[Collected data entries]
───

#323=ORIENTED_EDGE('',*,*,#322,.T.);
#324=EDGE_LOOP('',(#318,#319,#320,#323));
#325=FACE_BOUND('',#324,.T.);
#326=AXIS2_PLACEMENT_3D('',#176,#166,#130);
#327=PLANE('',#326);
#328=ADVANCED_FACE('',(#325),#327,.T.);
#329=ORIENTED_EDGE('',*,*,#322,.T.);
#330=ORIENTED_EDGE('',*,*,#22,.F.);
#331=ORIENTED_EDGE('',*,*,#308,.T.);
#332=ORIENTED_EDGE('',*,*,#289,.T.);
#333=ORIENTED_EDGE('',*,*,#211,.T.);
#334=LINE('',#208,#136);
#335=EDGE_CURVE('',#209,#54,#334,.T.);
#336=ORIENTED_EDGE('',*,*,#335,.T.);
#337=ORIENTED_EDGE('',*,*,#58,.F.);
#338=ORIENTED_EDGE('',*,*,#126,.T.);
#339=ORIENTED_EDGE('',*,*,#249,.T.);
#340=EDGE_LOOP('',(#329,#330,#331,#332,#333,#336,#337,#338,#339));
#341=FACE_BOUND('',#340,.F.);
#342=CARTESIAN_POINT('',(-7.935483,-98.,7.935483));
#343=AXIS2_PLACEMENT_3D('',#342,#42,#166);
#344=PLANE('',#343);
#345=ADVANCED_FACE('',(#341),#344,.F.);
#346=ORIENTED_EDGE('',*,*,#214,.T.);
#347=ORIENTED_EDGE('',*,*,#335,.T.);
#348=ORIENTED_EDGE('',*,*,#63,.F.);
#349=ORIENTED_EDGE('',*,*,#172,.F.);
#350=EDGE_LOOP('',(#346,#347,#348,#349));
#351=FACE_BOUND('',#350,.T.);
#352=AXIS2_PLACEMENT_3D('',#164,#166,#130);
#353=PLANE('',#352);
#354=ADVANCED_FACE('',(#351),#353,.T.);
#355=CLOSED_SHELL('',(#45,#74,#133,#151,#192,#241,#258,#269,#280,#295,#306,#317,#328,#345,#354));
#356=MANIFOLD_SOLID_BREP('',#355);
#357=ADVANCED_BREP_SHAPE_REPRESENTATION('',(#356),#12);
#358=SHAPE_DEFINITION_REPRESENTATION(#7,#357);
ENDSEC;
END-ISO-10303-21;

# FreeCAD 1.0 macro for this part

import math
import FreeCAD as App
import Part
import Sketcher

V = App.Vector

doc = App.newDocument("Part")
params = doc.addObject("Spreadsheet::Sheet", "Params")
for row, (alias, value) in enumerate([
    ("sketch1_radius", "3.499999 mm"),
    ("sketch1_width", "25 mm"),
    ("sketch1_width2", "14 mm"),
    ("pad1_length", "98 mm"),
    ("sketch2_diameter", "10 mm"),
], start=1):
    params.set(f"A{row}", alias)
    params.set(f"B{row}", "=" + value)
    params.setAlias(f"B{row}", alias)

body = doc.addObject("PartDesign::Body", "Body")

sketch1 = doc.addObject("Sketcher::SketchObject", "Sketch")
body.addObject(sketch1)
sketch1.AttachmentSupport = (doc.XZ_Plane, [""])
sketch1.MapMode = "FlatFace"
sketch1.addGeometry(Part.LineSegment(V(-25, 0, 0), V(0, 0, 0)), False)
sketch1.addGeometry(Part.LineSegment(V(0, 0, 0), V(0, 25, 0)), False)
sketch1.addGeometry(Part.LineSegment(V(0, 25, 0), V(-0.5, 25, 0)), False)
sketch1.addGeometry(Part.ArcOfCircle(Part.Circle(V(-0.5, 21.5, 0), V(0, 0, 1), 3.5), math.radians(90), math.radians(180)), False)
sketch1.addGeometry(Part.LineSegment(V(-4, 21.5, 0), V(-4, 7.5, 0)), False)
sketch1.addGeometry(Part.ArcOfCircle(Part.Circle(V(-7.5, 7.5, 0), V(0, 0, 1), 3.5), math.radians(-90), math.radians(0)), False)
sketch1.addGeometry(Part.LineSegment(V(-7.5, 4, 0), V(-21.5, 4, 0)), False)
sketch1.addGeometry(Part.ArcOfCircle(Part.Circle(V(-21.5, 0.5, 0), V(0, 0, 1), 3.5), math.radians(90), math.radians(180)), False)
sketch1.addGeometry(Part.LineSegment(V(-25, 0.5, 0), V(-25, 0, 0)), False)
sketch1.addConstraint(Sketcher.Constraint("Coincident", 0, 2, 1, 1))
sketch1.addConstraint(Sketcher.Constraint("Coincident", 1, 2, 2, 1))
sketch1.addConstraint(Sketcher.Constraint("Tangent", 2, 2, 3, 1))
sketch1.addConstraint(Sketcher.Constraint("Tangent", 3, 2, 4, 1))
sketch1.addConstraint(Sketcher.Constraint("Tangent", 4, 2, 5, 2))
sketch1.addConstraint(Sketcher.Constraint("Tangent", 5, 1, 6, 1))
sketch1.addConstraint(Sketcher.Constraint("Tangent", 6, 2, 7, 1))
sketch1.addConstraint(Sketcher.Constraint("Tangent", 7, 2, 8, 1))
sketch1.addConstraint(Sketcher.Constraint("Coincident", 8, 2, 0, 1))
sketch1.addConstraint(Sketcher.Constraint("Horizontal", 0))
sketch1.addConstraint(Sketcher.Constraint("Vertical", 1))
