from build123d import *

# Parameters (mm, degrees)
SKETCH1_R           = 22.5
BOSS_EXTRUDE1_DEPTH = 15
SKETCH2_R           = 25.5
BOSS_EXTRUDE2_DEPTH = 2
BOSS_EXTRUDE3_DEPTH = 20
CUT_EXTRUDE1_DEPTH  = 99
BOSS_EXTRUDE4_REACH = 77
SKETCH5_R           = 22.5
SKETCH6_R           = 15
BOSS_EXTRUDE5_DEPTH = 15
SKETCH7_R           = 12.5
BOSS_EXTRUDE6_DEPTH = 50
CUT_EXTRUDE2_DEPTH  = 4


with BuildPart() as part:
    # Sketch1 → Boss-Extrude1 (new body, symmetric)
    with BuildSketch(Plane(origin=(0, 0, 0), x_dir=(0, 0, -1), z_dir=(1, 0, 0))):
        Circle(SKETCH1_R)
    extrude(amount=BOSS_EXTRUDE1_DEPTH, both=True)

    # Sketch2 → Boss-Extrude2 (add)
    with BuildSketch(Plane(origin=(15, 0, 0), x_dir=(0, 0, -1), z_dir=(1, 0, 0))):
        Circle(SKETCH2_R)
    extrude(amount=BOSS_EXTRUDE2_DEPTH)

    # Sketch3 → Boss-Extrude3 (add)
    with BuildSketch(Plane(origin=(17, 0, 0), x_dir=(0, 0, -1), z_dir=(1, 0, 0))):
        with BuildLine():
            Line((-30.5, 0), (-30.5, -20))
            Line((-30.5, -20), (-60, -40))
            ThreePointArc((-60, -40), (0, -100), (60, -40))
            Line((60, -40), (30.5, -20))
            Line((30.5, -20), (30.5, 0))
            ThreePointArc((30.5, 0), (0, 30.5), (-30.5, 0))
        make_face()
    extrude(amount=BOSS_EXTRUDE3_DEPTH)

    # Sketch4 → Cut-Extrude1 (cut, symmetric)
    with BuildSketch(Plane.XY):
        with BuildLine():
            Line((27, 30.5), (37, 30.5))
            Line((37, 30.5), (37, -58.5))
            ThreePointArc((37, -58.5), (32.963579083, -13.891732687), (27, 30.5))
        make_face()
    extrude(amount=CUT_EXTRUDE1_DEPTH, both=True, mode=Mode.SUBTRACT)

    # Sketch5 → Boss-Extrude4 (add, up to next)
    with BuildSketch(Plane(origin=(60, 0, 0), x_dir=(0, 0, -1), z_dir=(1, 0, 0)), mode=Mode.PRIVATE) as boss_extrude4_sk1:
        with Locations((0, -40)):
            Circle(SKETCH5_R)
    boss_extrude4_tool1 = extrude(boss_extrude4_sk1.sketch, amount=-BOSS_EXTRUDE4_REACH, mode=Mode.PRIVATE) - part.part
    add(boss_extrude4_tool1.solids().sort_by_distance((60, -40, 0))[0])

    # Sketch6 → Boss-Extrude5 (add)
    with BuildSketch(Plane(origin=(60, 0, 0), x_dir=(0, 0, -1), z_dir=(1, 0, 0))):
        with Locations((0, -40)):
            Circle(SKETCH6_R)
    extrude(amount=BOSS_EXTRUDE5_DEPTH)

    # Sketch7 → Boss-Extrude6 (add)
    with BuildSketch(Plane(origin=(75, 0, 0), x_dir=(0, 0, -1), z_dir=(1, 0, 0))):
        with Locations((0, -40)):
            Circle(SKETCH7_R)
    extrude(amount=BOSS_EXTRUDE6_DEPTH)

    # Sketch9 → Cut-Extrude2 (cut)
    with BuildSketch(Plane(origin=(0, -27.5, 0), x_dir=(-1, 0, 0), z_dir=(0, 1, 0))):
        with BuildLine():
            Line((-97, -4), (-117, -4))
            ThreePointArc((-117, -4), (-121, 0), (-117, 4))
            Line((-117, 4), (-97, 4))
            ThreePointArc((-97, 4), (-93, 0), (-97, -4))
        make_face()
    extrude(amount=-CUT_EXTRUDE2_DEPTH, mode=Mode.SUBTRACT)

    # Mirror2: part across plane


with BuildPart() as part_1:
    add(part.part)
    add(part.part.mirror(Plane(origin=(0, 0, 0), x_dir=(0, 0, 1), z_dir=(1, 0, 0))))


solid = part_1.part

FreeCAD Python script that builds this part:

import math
import FreeCAD as App
import Part
import Sketcher

V = App.Vector

doc = App.newDocument("Part")
params = doc.addObject("Spreadsheet::Sheet", "Params")
for row, (alias, value) in enumerate([
    ("sketch1_diameter", "45 mm"),
    ("pad1_length", "30 mm"),
    ("sketch2_diameter", "51 mm"),
    ("pad2_length", "2 mm"),
    ("sketch3_radius", "60 mm"),
    ("sketch3_radius2", "30.5 mm"),
    ("sketch3_width", "20 mm"),
    ("pad3_length", "20 mm"),
    ("sketch4_radius", "1034.5 mm"),
    ("sketch4_width", "10 mm"),
    ("sketch4_height", "89 mm"),
    ("pocket1_length", "198 mm"),
    ("sketch5_diameter", "45 mm"),
    ("sketch6_diameter", "30 mm"),
    ("pad5_length", "15 mm"),
    ("sketch7_diameter", "25 mm"),
    ("pad6_length", "50 mm"),
    ("sketch8_radius", "4 mm"),
    ("sketch8_width", "20 mm"),
    ("pocket2_length", "4 mm"),
], start=1):
    params.set(f"A{row}", alias)
    params.set(f"B{row}", "=" + value)
    params.setAlias(f"B{row}", alias)

body = doc.addObject("PartDesign::Body", "Body")

sketch1 = doc.addObject("Sketcher::SketchObject", "Sketch")
body.addObject(sketch1)
sketch1.AttachmentSupport = (doc.YZ_Plane, [""])
sketch1.MapMode = "FlatFace"
sketch1.addGeometry(Part.Circle(V(0, 0, 0), V(0, 0, 1), 22.5), False)
sketch1.addConstraint(Sketcher.Constraint("Coincident", 0, 3, -1, 1))
sketch1.addConstraint(Sketcher.Constraint("Diameter", 0, 45.0))
sketch1.setExpression("Constraints[1]", "Params.sketch1_diameter")
pad1 = doc.addObject("PartDesign::Pad", "Pad")
body.addObject(pad1)
pad1.Profile = sketch1
pad1.setExpression("Length", "Params.pad1_length")
pad1.Midplane = True

sketch2 = doc.addObject("Sketcher::SketchObject", "Sketch001")
body.addObject(sketch2)
sketch2.AttachmentSupport = (doc.YZ_Plane, [""])
sketch2.MapMode = "FlatFace"
sketch2.AttachmentOffset = App.Placement(V(0, 0, 15), App.Rotation())
sketch2.addGeometry(Part.Circle(V(0, 0, 0), V(0, 0, 1), 25.5), False)
sketch2.addConstraint(Sketcher.Constraint("Coincident", 0, 3, -1, 1))
sketch2.addConstraint(Sketcher.Constraint("Diameter", 0, 51.0))
sketch2.setExpression("Constraints[1]", "Params.sketch2_diameter")
pad2 = doc.addObject("PartDesign::Pad", "Pad001")
body.addObject(pad2)
pad2.Profile = sketch2
pad2.setExpression("Length", "Params.pad2_length")

sketch3 = doc.addObject("Sketcher::SketchObject", "Sketch002")
body.addObject(sketch3)
sketch3.AttachmentSupport = (doc.YZ_Plane, [""])
sketch3.MapMode = "FlatFace"
sketch3.AttachmentOffset = App.Placement(V(0, 0, 17), App.Rotation())
sketch3.addGeometry(Part.LineSegment(V(0, 30.5, 0), V(-20, 30.5, 0)), False)
sketch3.addGeometry(Part.LineSegment(V(-20, 30.5, 0), V(-40, 60, 0)), False)
sketch3.addGeometry(Part.ArcOfCircle(Part.Circle(V(-40, 0, 0), V(0, 0, 1), 60), math.radians(90), math.radians(270)), False)
sketch3.addGeometry(Part.LineSegment(V(-40, -60, 0), V(-20, -30.5, 0)), False)
sketch3.addGeometry(Part.LineSegment(V(-20, -30.5, 0), V(0, -30.5, 0)), False)
sketch3.addGeometry(Part.ArcOfCircle(Part.Circle(V(0, 0, 0), V(0, 0, 1), 30.5), math.radians(-90), math.radians(90)), False)
sketch3.addConstraint(Sketcher.Constraint("Coincident", 0, 2, 1, 1))
sketch3.addConstraint(Sketcher.Constraint("Coincident", 1, 2, 2, 1))
sketch3.addConstraint(Sketcher.Constraint("Coincident", 2, 2, 3, 1))
sketch3.addConstraint(Sketcher.Constraint("Coincident", 3, 2, 4, 1))
sketch3.addConstraint(Sketcher.Constraint("Tangent", 4, 2, 5, 1))
sketch3.addConstraint(Sketcher.Constraint("Tangent", 5, 2, 0, 1))
sketch3.addConstraint(Sketcher.Constraint("Horizontal", 0))
sketch3.addConstraint(Sketcher.Constraint("Horizontal", 4))
sketch3.addConstraint(Sketcher.Constraint("Coincident", 5, 3, -1, 1))
sketch3.addConstraint(Sketcher.Constraint("Symmetric", 1, 2, 2, 2, -1))
sketch3.addConstraint(Sketcher.Constraint("Vertical", 2, 3, 1, 2))
sketch3.addConstraint(Sketcher.Constraint("Vertical", 0, 2, 3, 2))
sketch3.addConstraint(Sketcher.Constraint("Radius", 2, 60.0))
sketch3.addConstraint(Sketcher.Constraint("Radius", 5, 30.5))
sketch3.addConstraint(Sketcher.Constraint("DistanceX", 0, 2, 0, 1, 20.0))
sketch3.addConstraint(Sketcher.Constraint("DistanceX", 2, 3, -1, 1, 40.0))
sketch3.setExpression("Constraints[12]", "Params.sketch3_radius")
sketch3.setExpression("Constraints[13]", "Params.sketch3_radius2")
sketch3.setExpression("Constraints[14]", "Params.sketch3_width")
pad3 = doc.addObject("PartDesign::Pad", "Pad002")
body.addObject(pad3)
pad3.Profile = sketch3
pad3.setExpression("Length", "Params.pad3_length")

sketch4 = doc.addObject("Sketcher::SketchObject", "Sketch003")
body.addObject(sketch4)
sketch4.AttachmentSupport = (doc.XY_Plane, [""])
sketch4.MapMode = "FlatFace"
sketch4.addGeometry(Part.LineSegment(V(37, 30.5, 0), V(27, 30.5, 0)), False)
sketch4.addGeometry(Part.ArcOfCircle(Part.Circle(V(-995.067498, -129.400842, 0), V(0, 0, 1), 1034.5), math.radians(3.929924), math.radians(8.891756)), False)
sketch4.addGeometry(Part.LineSegment(V(37, -58.5, 0), V(37, 30.5, 0)), False)
sketch4.addConstraint(Sketcher.Constraint("Coincident", 0, 2, 1, 2))
sketch4.addConstraint(Sketcher.Constraint("Coincident", 1, 1, 2, 1))
sketch4.addConstraint(Sketcher.Constraint("Coincident", 2, 2, 0, 1))
sketch4.addConstraint(Sketcher.Constraint("Horizontal", 0))
sketch4.addConstraint(Sketcher.Constraint("Vertical", 2))
sketch4.addConstraint(Sketcher.Constraint("Radius", 1, 1034.5))
sketch4.addConstraint(Sketcher.Constraint("DistanceX", 0, 2, 0, 1, 10.0))
sketch4.addConstraint(Sketcher.Constraint("DistanceY", 2, 1, 2, 2, 89.0))
sketch4.addConstraint(Sketcher.Constraint("DistanceX", -1, 1, 0, 2, 27.0))
sketch4.addConstraint(Sketcher.Constraint("DistanceY", -1, 1, 0, 2, 30.5))
sketch4.setExpression("Constraints[5]", "Params.sketch4_radius")
sketch4.setExpression("Constraints[6]", "Params.sketch4_width")
sketch4.setExpression("Constraints[7]", "Params.sketch4_height")
pocket1 = doc.addObject("PartDesign::Pocket", "Pocket")
body.addObject(pocket1)
pocket1.Profile = sketch4
pocket1.setExpression("Length", "Params.pocket1_length")
pocket1.Midplane = True

sketch5 = doc.addObject("Sketcher::SketchObject", "Sketch004")
body.addObject(sketch5)
sketch5.AttachmentSupport = (doc.YZ_Plane, [""])
sketch5.MapMode = "FlatFace"
sketch5.AttachmentOffset = App.Placement(V(0, 0, 60), App.Rotation())
sketch5.addGeometry(Part.Circle(V(-40, 0, 0), V(0, 0, 1), 22.5), False)
sketch5.addConstraint(Sketcher.Constraint("PointOnObject", 0, 3, -1))
sketch5.addConstraint(Sketcher.Constraint("Diameter", 0, 45.0))
sketch5.addConstraint(Sketcher.Constraint("DistanceX", 0, 3, -1, 1, 40.0))
sketch5.setExpression("Constraints[1]", "Params.sketch5_diameter")
pad4 = doc.addObject("PartDesign::Pad", "Pad003")
body.addObject(pad4)
pad4.Profile = sketch5
pad4.Type = "UpToFirst"
pad4.Reversed = True

sketch6 = doc.addObject("Sketcher::SketchObject", "Sketch005")
body.addObject(sketch6)
sketch6.AttachmentSupport = (doc.YZ_Plane, [""])
sketch6.MapMode = "FlatFace"
sketch6.AttachmentOffset = App.Placement(V(0, 0, 60), App.Rotation())
sketch6.addGeometry(Part.Circle(V(-40, 0, 0), V(0, 0, 1), 15), False)
sketch6.addConstraint(Sketcher.Constraint("PointOnObject", 0, 3, -1))
sketch6.addConstraint(Sketcher.Constraint("Diameter", 0, 30.0))
sketch6.addConstraint(Sketcher.Constraint("DistanceX", 0, 3, -1, 1, 40.0))
sketch6.setExpression("Constraints[1]", "Params.sketch6_diameter")
pad5 = doc.addObject("PartDesign::Pad", "Pad004")
body.addObject(pad5)
pad5.Profile = sketch6
pad5.setExpression("Length", "Params.pad5_length")

sketch7 = doc.addObject("Sketcher::SketchObject", "Sketch006")
body.addObject(sketch7)
sketch7.AttachmentSupport = (doc.YZ_Plane, [""])
sketch7.MapMode = "FlatFace"
sketch7.AttachmentOffset = App.Placement(V(0, 0, 75), App.Rotation())
sketch7.addGeometry(Part.Circle(V(-40, 0, 0), V(0, 0, 1), 12.5), False)
sketch7.addConstraint(Sketcher.Constraint("PointOnObject", 0, 3, -1))
sketch7.addConstraint(Sketcher.Constraint("Diameter", 0, 25.0))
sketch7.addConstraint(Sketcher.Constraint("DistanceX", 0, 3, -1, 1, 40.0))
sketch7.setExpression("Constraints[1]", "Params.sketch7_diameter")
pad6 = doc.addObject("PartDesign::Pad", "Pad005")
body.addObject(pad6)
pad6.Profile = sketch7
pad6.setExpression("Length", "Params.pad6_length")

sketch8 = doc.addObject("Sketcher::SketchObject", "Sketch007")
body.addObject(sketch8)
sketch8.AttachmentSupport = (doc.XZ_Plane, [""])
sketch8.MapMode = "FlatFace"
sketch8.AttachmentOffset = App.Placement(V(0, 0, 27.5), App.Rotation())
sketch8.addGeometry(Part.LineSegment(V(117, -4, 0), V(97, -4, 0)), False)
sketch8.addGeometry(Part.ArcOfCircle(Part.Circle(V(97, 0, 0), V(0, 0, 1), 4), math.radians(90), math.radians(270)), False)
sketch8.addGeometry(Part.LineSegment(V(97, 4, 0), V(117, 4, 0)), False)
sketch8.addGeometry(Part.ArcOfCircle(Part.Circle(V(117, 0, 0), V(0, 0, 1), 4), math.radians(-90), math.radians(90)), False)
sketch8.addConstraint(Sketcher.Constraint("Tangent", 0, 2, 1, 2))
sketch8.addConstraint(Sketcher.Constraint("Tangent", 1, 1, 2, 1))
sketch8.addConstraint(Sketcher.Constraint("Tangent", 2, 2, 3, 2))
sketch8.addConstraint(Sketcher.Constraint("Tangent", 3, 1, 0, 1))
sketch8.addConstraint(Sketcher.Constraint("Horizontal", 0))
sketch8.addConstraint(Sketcher.Constraint("Horizontal", 2))
sketch8.addConstraint(Sketcher.Constraint("PointOnObject", 1, 3, -1))
sketch8.addConstraint(Sketcher.Constraint("Radius", 1, 4.0))
sketch8.addConstraint(Sketcher.Constraint("DistanceX", 0, 2, 0, 1, 20.0))
sketch8.addConstraint(Sketcher.Constraint("DistanceX", -1, 1, 1, 3, 97.0))
sketch8.setExpression("Constraints[7]", "Params.sketch8_radius")
sketch8.setExpression("Constraints[8]", "Params.sketch8_width")
pocket2 = doc.addObject("PartDesign::Pocket", "Pocket001")
body.addObject(pocket2)
pocket2.Profile = sketch8
pocket2.setExpression("Length", "Params.pocket2_length")
pocket2.Reversed = True
body2 = doc.addObject("PartDesign::Body", "Body001")
doc.recompute()

body2.BaseFeature = body
doc.recompute()

mirroring = doc.addObject("Part::Mirroring", "Mirroring")
mirroring.Source = body
mirroring.Base = V(0, 0, 0)
mirroring.Normal = V(1, 0, 0)
body3 = doc.addObject("PartDesign::Body", "Body002")
body3.BaseFeature = mirroring
boolean = doc.addObject("PartDesign::Boolean", "Boolean")
body2.addObject(boolean)
boolean.Type = "Fuse"
boolean.addObjects([body3])
doc.recompute()
mirroring.Visibility = False

doc.recompute()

───

- [Task goal]
Stop after the line containing "#347=ORIENTED_EDGE('',*,*,#335,.T.);": print exactly the lines from the start of the entries above up to it, that line included.

- [Written response]
#323=ORIENTED_EDGE('',*,*,#322,.T.);
#324=EDGE_LOOP('',(#318,#319,#320,#323));
#325=FACE_BOUND('',#324,.T.);
#326=AXIS2_PLACEMENT_3D('',#176,#166,#130);
#327=PLANE('',#326);
#328=ADVANCED_FACE('',(#325),#327,.T.);
#329=ORIENTED_EDGE('',*,*,#322,.T.);
#330=ORIENTED_EDGE('',*,*,#22,.F.);
#331=ORIENTED_EDGE('',*,*,#308,.T.);
#332=ORIENTED_EDGE('',*,*,#289,.T.);
#333=ORIENTED_EDGE('',*,*,#211,.T.);
#334=LINE('',#208,#136);
#335=EDGE_CURVE('',#209,#54,#334,.T.);
#336=ORIENTED_EDGE('',*,*,#335,.T.);
#337=ORIENTED_EDGE('',*,*,#58,.F.);
#338=ORIENTED_EDGE('',*,*,#126,.T.);
#339=ORIENTED_EDGE('',*,*,#249,.T.);
#340=EDGE_LOOP('',(#329,#330,#331,#332,#333,#336,#337,#338,#339));
#341=FACE_BOUND('',#340,.F.);
#342=CARTESIAN_POINT('',(-7.935483,-98.,7.935483));
#343=AXIS2_PLACEMENT_3D('',#342,#42,#166);
#344=PLANE('',#343);
#345=ADVANCED_FACE('',(#341),#344,.F.);
#346=ORIENTED_EDGE('',*,*,#214,.T.);
#347=ORIENTED_EDGE('',*,*,#335,.T.);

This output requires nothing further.